With “so much fake honey in the world” supplemented by things like rice syrup, he said that being a purist in the “gong show” that makes up a significant portion of the honey industry as it currently exists can be satisfying.

Friesen said that Canadian honey, largely fuelled by bees’ pollination of canola crops, is a near-white honey that’s sought around the world, and that few other marketplaces can rival it.
“You can always heat up the white honey that Canadians have and make it a golden colour, but you can’t make darker honey from foreign countries lighter,” he said, adding that Canadian honey is oftentimes used to enrich the other honeys.
This, Wendell said, is why his sale of raw product, which he still engages in to a degree, is a far less rewarding endeavour than exposing people to their pure, value-added packaged product, which he considers the “Mercedes” of the honey market.
On the company’s website, wendellestate.ca, a 1kg jar of their honey retails for $44.
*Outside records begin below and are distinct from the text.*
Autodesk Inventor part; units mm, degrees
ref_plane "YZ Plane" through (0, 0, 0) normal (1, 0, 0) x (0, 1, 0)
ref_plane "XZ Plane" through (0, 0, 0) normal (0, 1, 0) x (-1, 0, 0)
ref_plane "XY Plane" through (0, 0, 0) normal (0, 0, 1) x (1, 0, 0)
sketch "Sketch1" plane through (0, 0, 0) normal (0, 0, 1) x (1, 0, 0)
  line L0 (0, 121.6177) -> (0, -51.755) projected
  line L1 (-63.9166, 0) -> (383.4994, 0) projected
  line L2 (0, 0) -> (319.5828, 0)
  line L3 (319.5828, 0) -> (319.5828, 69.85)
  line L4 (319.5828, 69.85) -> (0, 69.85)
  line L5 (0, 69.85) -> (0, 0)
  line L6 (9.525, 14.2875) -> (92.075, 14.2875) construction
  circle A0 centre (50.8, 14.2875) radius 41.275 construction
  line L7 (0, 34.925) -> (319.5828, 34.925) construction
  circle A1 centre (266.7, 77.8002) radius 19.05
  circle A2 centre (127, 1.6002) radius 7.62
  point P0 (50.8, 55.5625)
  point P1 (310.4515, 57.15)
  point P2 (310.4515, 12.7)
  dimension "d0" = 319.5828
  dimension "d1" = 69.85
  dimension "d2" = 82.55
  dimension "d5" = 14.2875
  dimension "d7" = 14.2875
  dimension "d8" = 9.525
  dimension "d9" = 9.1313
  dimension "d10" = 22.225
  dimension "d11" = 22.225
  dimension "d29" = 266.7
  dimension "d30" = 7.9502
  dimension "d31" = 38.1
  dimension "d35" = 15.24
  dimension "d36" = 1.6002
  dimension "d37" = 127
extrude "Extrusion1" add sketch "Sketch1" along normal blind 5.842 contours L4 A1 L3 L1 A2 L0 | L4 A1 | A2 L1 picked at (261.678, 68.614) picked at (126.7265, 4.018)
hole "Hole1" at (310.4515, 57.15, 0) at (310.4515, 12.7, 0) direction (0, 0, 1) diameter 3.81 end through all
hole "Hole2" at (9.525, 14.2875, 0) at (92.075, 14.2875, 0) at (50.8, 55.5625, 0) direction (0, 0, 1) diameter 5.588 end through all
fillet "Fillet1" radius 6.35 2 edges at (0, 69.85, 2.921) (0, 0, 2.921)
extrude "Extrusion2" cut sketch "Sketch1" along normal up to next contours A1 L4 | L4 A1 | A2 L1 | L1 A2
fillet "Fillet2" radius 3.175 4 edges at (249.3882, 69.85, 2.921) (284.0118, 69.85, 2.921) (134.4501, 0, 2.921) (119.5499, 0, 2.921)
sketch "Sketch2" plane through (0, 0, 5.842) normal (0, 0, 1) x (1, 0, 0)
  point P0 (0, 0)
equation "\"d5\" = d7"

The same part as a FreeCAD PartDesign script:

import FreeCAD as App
import Part
import Sketcher
from FreeCAD import Vector
Q = App.Units.Quantity


def edges_at(feature, points):
    """Names of the edges that pass closest to the given points."""
    edges = feature.Shape.Edges
    near = lambda p: min(range(len(edges)), key=lambda i: edges[i].distToShape(Part.Vertex(*p))[0])
    return sorted({f"Edge{near(p) + 1}" for p in points})

doc = App.newDocument("Part")
body = doc.addObject("PartDesign::Body", "Body")

# Sketch on XY plane
sketch1 = body.newObject("Sketcher::SketchObject", "Sketch")
sketch1.AttachmentSupport = (doc.getObject("XY_Plane"), [""])
sketch1.MapMode = "FlatFace"
sketch1.addGeometry([
    Part.LineSegment(Vector(0, 70, 0), Vector(0, 0, 0)),
    Part.LineSegment(Vector(0, 0, 0), Vector(320, 0, 0)),
    Part.LineSegment(Vector(320, 0, 0), Vector(320, 70, 0)),
    Part.LineSegment(Vector(320, 70, 0), Vector(0, 70, 0)),
], False)
sketch1.addConstraint([
    Sketcher.Constraint("Coincident", 0, 2, 1, 1),
    Sketcher.Constraint("Coincident", 1, 2, 2, 1),
    Sketcher.Constraint("Coincident", 2, 2, 3, 1),
    Sketcher.Constraint("Coincident", 3, 2, 0, 1),
    Sketcher.Constraint("Vertical", 0),
    Sketcher.Constraint("Horizontal", 1),
    Sketcher.Constraint("Vertical", 2),
    Sketcher.Constraint("Horizontal", 3),
    Sketcher.Constraint("Coincident", 0, 2, -1, 1),
    Sketcher.Constraint("DistanceY", 0, 2, 0, 1, Q("2.75 in")),
    Sketcher.Constraint("DistanceX", 1, 1, 1, 2, Q("12.582 in")),
])
pad1 = body.newObject("PartDesign::Pad", "Pad")
pad1.Profile = sketch1
pad1.Length = Q("0.23 in")

# Sketch on XY plane
sketch2 = body.newObject("Sketcher::SketchObject", "Sketch001")
sketch2.AttachmentSupport = (doc.getObject("XY_Plane"), [""])
sketch2.MapMode = "FlatFace"
sketch2.addGeometry([
    Part.Circle(Vector(310.5, 57.1, 0), Vector(0, 0, 1), 1.9),
    Part.Circle(Vector(310.5, 12.7, 0), Vector(0, 0, 1), 1.9),
], False)
sketch2.addConstraint([
    Sketcher.Constraint("Equal", 0, 1),
    Sketcher.Constraint("Vertical", 0, 3, 1, 3),
    Sketcher.Constraint("Diameter", 0, Q("0.15 in")),
    Sketcher.Constraint("DistanceY", -1, 1, 1, 3, Q("0.5 in")),
    Sketcher.Constraint("DistanceY", -1, 1, 0, 3, Q("2.25 in")),
    Sketcher.Constraint("DistanceX", -1, 1, 0, 3, Q("12.2225 in")),
])
doc.recompute()
hole = body.newObject("PartDesign::Hole", "Hole")
hole.Profile = sketch2
hole.ThreadType = "None"
hole.Diameter = Q("0.15 in")
hole.DepthType = "ThroughAll"
hole.Reversed = True

# Sketch on XY plane
sketch3 = body.newObject("Sketcher::SketchObject", "Sketch002")
sketch3.AttachmentSupport = (doc.getObject("XY_Plane"), [""])
sketch3.MapMode = "FlatFace"
sketch3.addGeometry([
    Part.Circle(Vector(9.5, 14.3, 0), Vector(0, 0, 1), 2.8),
    Part.Circle(Vector(92.1, 14.3, 0), Vector(0, 0, 1), 2.8),
    Part.Circle(Vector(50.8, 55.6, 0), Vector(0, 0, 1), 2.8),
], False)
sketch3.addConstraint([
    Sketcher.Constraint("Equal", 0, 1),
    Sketcher.Constraint("Equal", 1, 2),
    Sketcher.Constraint("Horizontal", 0, 3, 1, 3),
    Sketcher.Constraint("Diameter", 0, Q("0.22 in")),
    Sketcher.Constraint("DistanceX", -1, 1, 2, 3, Q("2 in")),
    Sketcher.Constraint("DistanceX", 0, 3, 1, 3, Q("3.25 in")),
    Sketcher.Constraint("DistanceX", -1, 1, 0, 3, Q("0.375 in")),
    Sketcher.Constraint("DistanceY", -1, 1, 0, 3, Q("0.5625 in")),
    Sketcher.Constraint("DistanceY", -1, 1, 2, 3, Q("2.1875 in")),
])
doc.recompute()
hole2 = body.newObject("PartDesign::Hole", "Hole001")
hole2.Profile = sketch3
hole2.ThreadType = "None"
hole2.Diameter = Q("0.22 in")
hole2.DepthType = "ThroughAll"
hole2.Reversed = True
doc.recompute()

fillet = body.newObject("PartDesign::Fillet", "Fillet")
fillet.Base = (hole2, edges_at(hole2, [(0, 69.85, 2.921), (0, 0, 2.921)]))
fillet.Radius = Q("0.25 in")

# Sketch on XY plane
sketch4 = body.newObject("Sketcher::SketchObject", "Sketch003")
sketch4.AttachmentSupport = (doc.getObject("XY_Plane"), [""])
sketch4.MapMode = "FlatFace"
sketch4.addGeometry([
    Part.Circle(Vector(267, 78, 0), Vector(0, 0, 1), 19),
    Part.Circle(Vector(127, 2, 0), Vector(0, 0, 1), 8),
], False)
sketch4.addConstraint([
    Sketcher.Constraint("Diameter", 0, Q("1.5 in")),
    Sketcher.Constraint("Diameter", 1, Q("0.6 in")),
    Sketcher.Constraint("DistanceX", -1, 1, 1, 3, Q("5 in")),
    Sketcher.Constraint("DistanceX", -1, 1, 0, 3, Q("10.5 in")),
    Sketcher.Constraint("DistanceY", -1, 1, 1, 3, Q("0.063 in")),
    Sketcher.Constraint("DistanceY", 1, 3, 0, 3, Q("3 in")),
])
pocket1 = body.newObject("PartDesign::Pocket", "Pocket")
pocket1.Profile = sketch4
pocket1.Type = "UpToFirst"
pocket1.Reversed = True
doc.recompute()

fillet2 = body.newObject("PartDesign::Fillet", "Fillet001")
fillet2.Base = (pocket1, edges_at(pocket1, [
    (249.388, 69.85, 2.921),
    (284.012, 69.85, 2.921),
    (134.45, 0, 2.921),
    (119.55, 0, 2.921),
]))
fillet2.Radius = Q("0.125 in")

doc.recompute()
When they sell it in bulk, others down the line use it in the manner that Friesen described, wherein it’s used to used to enrich cheaper product.
“They just wreck it,” Wendell said. “They take my nice honey and mix it with ugly honey, so it’s kind of a generic colour, looks like honey and kind of tastes like honey, but they kind of wreck it.”
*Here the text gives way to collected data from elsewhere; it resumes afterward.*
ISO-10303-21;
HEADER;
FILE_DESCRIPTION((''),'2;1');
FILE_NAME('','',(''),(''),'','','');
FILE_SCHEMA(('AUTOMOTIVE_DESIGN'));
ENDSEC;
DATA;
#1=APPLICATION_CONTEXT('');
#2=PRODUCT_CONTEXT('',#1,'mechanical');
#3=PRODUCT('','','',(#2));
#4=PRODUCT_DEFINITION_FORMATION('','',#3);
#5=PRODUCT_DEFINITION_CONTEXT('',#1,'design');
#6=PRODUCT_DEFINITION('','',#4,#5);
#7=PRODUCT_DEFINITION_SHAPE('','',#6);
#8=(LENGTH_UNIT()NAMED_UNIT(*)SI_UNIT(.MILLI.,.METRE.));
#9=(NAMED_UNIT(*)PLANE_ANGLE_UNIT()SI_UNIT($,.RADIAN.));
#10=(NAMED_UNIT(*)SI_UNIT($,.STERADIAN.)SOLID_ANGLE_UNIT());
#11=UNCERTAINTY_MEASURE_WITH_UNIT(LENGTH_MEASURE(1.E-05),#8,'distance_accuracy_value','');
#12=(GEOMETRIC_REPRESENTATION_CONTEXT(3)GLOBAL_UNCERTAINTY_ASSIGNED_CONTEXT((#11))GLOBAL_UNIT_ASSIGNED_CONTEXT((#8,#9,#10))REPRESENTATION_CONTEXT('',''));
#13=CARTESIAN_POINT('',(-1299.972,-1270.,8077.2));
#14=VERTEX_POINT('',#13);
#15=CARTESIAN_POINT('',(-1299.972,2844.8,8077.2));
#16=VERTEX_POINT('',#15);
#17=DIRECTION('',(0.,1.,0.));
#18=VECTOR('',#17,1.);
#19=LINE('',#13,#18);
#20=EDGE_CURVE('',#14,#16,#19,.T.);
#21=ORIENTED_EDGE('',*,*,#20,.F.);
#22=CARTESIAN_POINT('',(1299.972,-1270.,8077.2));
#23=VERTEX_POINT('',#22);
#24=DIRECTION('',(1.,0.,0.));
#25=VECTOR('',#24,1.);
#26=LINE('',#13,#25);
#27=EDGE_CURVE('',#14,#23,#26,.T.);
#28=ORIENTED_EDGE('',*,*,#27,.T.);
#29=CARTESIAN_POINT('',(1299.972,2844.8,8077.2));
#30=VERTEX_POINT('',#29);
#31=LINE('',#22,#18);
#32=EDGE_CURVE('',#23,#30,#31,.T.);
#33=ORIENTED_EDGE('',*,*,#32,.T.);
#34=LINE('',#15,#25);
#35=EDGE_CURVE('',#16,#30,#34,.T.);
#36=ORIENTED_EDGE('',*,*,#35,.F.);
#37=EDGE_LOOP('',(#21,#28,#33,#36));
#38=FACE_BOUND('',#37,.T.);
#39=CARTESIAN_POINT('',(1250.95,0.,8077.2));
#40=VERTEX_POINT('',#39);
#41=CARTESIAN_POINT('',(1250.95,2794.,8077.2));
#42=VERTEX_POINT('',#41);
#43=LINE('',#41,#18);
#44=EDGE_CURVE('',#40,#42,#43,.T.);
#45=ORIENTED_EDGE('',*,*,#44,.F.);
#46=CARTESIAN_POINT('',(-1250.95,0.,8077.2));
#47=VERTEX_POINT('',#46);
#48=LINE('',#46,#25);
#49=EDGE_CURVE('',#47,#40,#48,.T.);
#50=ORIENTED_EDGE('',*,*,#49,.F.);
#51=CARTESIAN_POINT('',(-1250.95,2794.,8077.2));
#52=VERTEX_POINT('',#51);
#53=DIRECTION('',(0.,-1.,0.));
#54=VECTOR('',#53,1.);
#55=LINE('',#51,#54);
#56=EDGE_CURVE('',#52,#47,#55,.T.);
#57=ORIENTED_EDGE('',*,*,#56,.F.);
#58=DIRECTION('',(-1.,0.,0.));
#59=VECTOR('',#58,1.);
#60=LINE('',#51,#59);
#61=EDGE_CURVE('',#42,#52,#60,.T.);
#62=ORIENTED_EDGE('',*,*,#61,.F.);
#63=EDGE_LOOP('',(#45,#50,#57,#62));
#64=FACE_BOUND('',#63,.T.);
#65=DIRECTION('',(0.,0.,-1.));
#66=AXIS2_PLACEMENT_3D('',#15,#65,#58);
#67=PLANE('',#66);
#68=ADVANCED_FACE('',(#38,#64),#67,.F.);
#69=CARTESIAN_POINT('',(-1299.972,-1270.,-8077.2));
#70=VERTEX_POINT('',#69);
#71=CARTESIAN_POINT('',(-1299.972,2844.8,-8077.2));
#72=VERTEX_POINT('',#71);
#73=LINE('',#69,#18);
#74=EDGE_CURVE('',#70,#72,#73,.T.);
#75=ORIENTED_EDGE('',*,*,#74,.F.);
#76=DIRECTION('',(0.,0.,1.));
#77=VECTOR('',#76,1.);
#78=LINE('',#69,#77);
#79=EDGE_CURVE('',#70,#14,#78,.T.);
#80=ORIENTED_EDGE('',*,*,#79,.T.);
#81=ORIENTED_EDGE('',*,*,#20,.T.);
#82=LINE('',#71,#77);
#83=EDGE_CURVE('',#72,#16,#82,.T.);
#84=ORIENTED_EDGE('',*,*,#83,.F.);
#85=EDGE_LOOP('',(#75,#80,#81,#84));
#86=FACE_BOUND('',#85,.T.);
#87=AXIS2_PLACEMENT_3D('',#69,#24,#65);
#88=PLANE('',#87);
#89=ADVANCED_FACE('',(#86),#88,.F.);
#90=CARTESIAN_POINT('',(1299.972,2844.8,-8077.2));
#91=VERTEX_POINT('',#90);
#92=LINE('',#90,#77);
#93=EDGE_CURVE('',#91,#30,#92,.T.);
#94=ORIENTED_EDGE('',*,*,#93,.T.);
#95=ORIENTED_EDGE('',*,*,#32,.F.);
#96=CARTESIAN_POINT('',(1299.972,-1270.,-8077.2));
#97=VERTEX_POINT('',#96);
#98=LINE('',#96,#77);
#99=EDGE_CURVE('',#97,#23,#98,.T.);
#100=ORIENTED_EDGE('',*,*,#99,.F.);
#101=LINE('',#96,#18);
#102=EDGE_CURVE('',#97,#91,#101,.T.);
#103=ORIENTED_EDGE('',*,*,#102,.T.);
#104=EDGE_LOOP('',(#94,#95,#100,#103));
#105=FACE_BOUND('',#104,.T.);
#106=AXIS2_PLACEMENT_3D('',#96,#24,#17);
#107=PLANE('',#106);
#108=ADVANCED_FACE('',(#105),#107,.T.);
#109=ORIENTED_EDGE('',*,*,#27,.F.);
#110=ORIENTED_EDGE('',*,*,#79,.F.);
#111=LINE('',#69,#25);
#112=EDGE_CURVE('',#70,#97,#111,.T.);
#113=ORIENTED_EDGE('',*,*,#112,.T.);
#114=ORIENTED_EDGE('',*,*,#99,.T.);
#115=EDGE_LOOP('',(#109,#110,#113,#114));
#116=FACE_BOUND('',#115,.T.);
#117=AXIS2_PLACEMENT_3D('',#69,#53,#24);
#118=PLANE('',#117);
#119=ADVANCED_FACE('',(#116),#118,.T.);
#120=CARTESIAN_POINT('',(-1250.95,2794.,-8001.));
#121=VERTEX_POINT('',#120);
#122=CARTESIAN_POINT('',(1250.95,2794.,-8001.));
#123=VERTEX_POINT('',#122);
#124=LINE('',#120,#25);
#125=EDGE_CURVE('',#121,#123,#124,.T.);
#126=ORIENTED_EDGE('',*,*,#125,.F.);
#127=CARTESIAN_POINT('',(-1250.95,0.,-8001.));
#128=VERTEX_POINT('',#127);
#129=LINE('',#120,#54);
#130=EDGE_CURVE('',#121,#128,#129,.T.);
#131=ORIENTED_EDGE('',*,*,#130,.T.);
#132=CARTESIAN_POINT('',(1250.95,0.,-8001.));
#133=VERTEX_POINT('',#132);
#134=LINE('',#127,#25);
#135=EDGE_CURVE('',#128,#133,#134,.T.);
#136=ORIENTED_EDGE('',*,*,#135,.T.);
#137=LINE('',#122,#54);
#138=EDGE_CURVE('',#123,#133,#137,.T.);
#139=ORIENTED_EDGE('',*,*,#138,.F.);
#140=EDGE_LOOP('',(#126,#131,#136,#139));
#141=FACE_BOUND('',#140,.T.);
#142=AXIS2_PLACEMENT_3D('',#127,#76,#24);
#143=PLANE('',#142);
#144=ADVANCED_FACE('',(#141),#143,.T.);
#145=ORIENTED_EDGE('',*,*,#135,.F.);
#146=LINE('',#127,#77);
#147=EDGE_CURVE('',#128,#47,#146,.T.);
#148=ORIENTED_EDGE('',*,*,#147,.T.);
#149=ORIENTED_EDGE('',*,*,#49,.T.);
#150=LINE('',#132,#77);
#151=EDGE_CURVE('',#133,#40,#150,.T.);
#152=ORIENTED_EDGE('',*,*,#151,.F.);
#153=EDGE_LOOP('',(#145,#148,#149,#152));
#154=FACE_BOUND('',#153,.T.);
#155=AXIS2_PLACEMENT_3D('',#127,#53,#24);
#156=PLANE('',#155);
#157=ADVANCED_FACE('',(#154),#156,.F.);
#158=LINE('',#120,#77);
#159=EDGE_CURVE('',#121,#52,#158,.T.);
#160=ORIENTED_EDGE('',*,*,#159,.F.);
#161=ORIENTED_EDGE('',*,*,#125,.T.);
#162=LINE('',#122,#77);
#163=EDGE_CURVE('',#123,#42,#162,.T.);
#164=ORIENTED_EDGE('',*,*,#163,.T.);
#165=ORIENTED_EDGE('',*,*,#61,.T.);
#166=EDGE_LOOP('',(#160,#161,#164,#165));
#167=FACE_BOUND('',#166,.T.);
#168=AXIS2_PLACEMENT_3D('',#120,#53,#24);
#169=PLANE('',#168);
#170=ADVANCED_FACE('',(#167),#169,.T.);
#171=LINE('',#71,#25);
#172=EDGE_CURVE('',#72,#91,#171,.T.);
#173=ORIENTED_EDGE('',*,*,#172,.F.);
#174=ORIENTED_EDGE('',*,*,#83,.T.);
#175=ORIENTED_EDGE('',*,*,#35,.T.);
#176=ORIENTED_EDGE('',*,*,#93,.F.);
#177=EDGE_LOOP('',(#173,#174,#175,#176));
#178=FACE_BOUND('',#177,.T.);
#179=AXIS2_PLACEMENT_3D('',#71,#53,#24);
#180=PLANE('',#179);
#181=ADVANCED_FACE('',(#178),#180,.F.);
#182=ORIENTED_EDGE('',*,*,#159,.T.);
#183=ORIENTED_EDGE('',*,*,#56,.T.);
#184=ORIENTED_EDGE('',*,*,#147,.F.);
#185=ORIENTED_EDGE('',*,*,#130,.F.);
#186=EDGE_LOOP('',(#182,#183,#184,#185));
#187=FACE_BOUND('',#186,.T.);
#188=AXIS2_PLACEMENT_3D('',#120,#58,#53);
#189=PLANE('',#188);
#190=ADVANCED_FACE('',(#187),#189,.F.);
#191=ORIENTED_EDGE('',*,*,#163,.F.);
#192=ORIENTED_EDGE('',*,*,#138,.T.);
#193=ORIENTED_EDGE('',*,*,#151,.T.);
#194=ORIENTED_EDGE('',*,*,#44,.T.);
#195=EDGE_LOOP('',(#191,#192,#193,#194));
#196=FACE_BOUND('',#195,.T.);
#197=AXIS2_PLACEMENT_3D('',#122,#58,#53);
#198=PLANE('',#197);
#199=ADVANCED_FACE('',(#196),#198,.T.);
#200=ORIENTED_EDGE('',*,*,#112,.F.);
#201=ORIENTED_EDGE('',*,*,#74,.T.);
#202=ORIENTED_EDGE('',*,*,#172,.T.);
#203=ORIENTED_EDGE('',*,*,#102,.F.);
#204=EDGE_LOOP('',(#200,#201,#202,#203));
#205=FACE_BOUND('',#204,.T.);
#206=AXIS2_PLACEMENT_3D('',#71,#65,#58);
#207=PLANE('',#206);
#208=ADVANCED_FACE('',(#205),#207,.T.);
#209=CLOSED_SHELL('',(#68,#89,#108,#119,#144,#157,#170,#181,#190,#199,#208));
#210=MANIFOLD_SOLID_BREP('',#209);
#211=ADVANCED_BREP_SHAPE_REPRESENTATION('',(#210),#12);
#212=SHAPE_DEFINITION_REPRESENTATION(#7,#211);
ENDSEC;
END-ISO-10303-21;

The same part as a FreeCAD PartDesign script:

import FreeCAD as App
import Part
import Sketcher
from FreeCAD import Vector
Q = App.Units.Quantity

doc = App.newDocument("Part")
params = doc.addObject("Spreadsheet::Sheet", "Params")
for row, (alias, value) in enumerate([
    ("sketch1_height", "162 in"),
    ("sketch1_width", "102.36 in"),
    ("pad1_length", "636 in"),
    ("sketch2_height", "110 in"),
    ("sketch2_width", "98.5 in"),
    ("pocket1_length", "630 in"),
    ("sketch3_height", "110 in"),
    ("sketch3_width", "98.5 in"),
], start=1):
    params.set(f"A{row}", alias)
    params.set(f"B{row}", "=" + value)
    params.setAlias(f"B{row}", alias)

body = doc.addObject("PartDesign::Body", "Body")

sketch1 = body.newObject("Sketcher::SketchObject", "Sketch")
sketch1.AttachmentSupport = (doc.getObject("XY_Plane"), [""])
sketch1.MapMode = "FlatFace"
sketch1.addGeometry(Part.LineSegment(Vector(-1300, 2845, 0), Vector(-1300, -1270, 0)), False)
sketch1.addGeometry(Part.LineSegment(Vector(-1300, -1270, 0), Vector(1300, -1270, 0)), False)
sketch1.addGeometry(Part.LineSegment(Vector(1300, -1270, 0), Vector(1300, 2845, 0)), False)
sketch1.addGeometry(Part.LineSegment(Vector(1300, 2845, 0), Vector(-1300, 2845, 0)), False)
sketch1.addConstraint(Sketcher.Constraint("Coincident", 0, 2, 1, 1))
sketch1.addConstraint(Sketcher.Constraint("Coincident", 1, 2, 2, 1))
sketch1.addConstraint(Sketcher.Constraint("Coincident", 2, 2, 3, 1))
sketch1.addConstraint(Sketcher.Constraint("Coincident", 3, 2, 0, 1))
sketch1.addConstraint(Sketcher.Constraint("Vertical", 0))
sketch1.addConstraint(Sketcher.Constraint("Horizontal", 1))
sketch1.addConstraint(Sketcher.Constraint("Vertical", 2))
sketch1.addConstraint(Sketcher.Constraint("Horizontal", 3))
sketch1.addConstraint(Sketcher.Constraint("DistanceY", 0, 2, 0, 1, Q("162 in")))
sketch1.addConstraint(Sketcher.Constraint("DistanceY", 0, 2, -1, 1, Q("50 in")))
sketch1.addConstraint(Sketcher.Constraint("DistanceX", 1, 1, 1, 2, Q("102.36 in")))
sketch1.addConstraint(Sketcher.Constraint("DistanceX", 0, 2, -1, 1, Q("51.18 in")))
sketch1.setExpression("Constraints[8]", "Params.sketch1_height")
sketch1.setExpression("Constraints[10]", "Params.sketch1_width")
pad1 = body.newObject("PartDesign::Pad", "Pad")
pad1.Profile = sketch1
pad1.setExpression("Length", "Params.pad1_length")
pad1.Midplane = True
Increasing their production capacity to meet the demand they’re uncovering, Wendell Estates Honey is currently looking to expand their packaging operations into Roblin, an effort of which Wendell is currently finalizing the specifics.
With Wendell’s skillset best utilized in the fields, he said that he has always tried to get the right people on board to help the company reach its potential, including his sons Jeremy and Nathan.
Despite breaking ground on unique careers of their own — Jeremy as a medical doctor and Nathan as a psychologist — both have opted to help the family business.
They echo their father’s experience, with the elder Wendell having started a teaching career in the United States prior to returning home to take over the family business a few decades ago.
Joining the Wendell family with beekeeping duties are temporary foreign workers alongside a number of longstanding employees, such as Jake Dingman, who joined Wendell Honey while he was growing up in MacNutt and has kept at it ever since.

Dan Margarit emigrated from Romania to join Wendell Honey, keen on tackling a new way of doing things after beginning his beekeeping career in his native country.
While playing soccer in Grade 7, he chased a ball into a field where he came upon a swarm.
Returning with a box, he managed to capture it and was not stung.
Drawing experience from his grandfather, who was a beekeeper, he set out to do the same, later relocating to Canada to see how Canadians do it.
Pointing to these and other long-time beekeepers, Wendell said that there’s something special about honey producers that keeps them in the game for so long.
Part of it’s an affection for the bees, he said — a point that he makes abundantly clear through the pride he exudes in describing the “gentle” buck fast strain of bees that he works with, which is a Denmark variety he gets through the University of Guelph.
Placing his flattened hand on a comb crawling with bees, he gently pet the swarm to illustrate his point, resulting in zero stings.
Another explanation might be the venom in the bees’ stings, he said with a chuckle, adding, “We get stung too much and we can’t do without it.”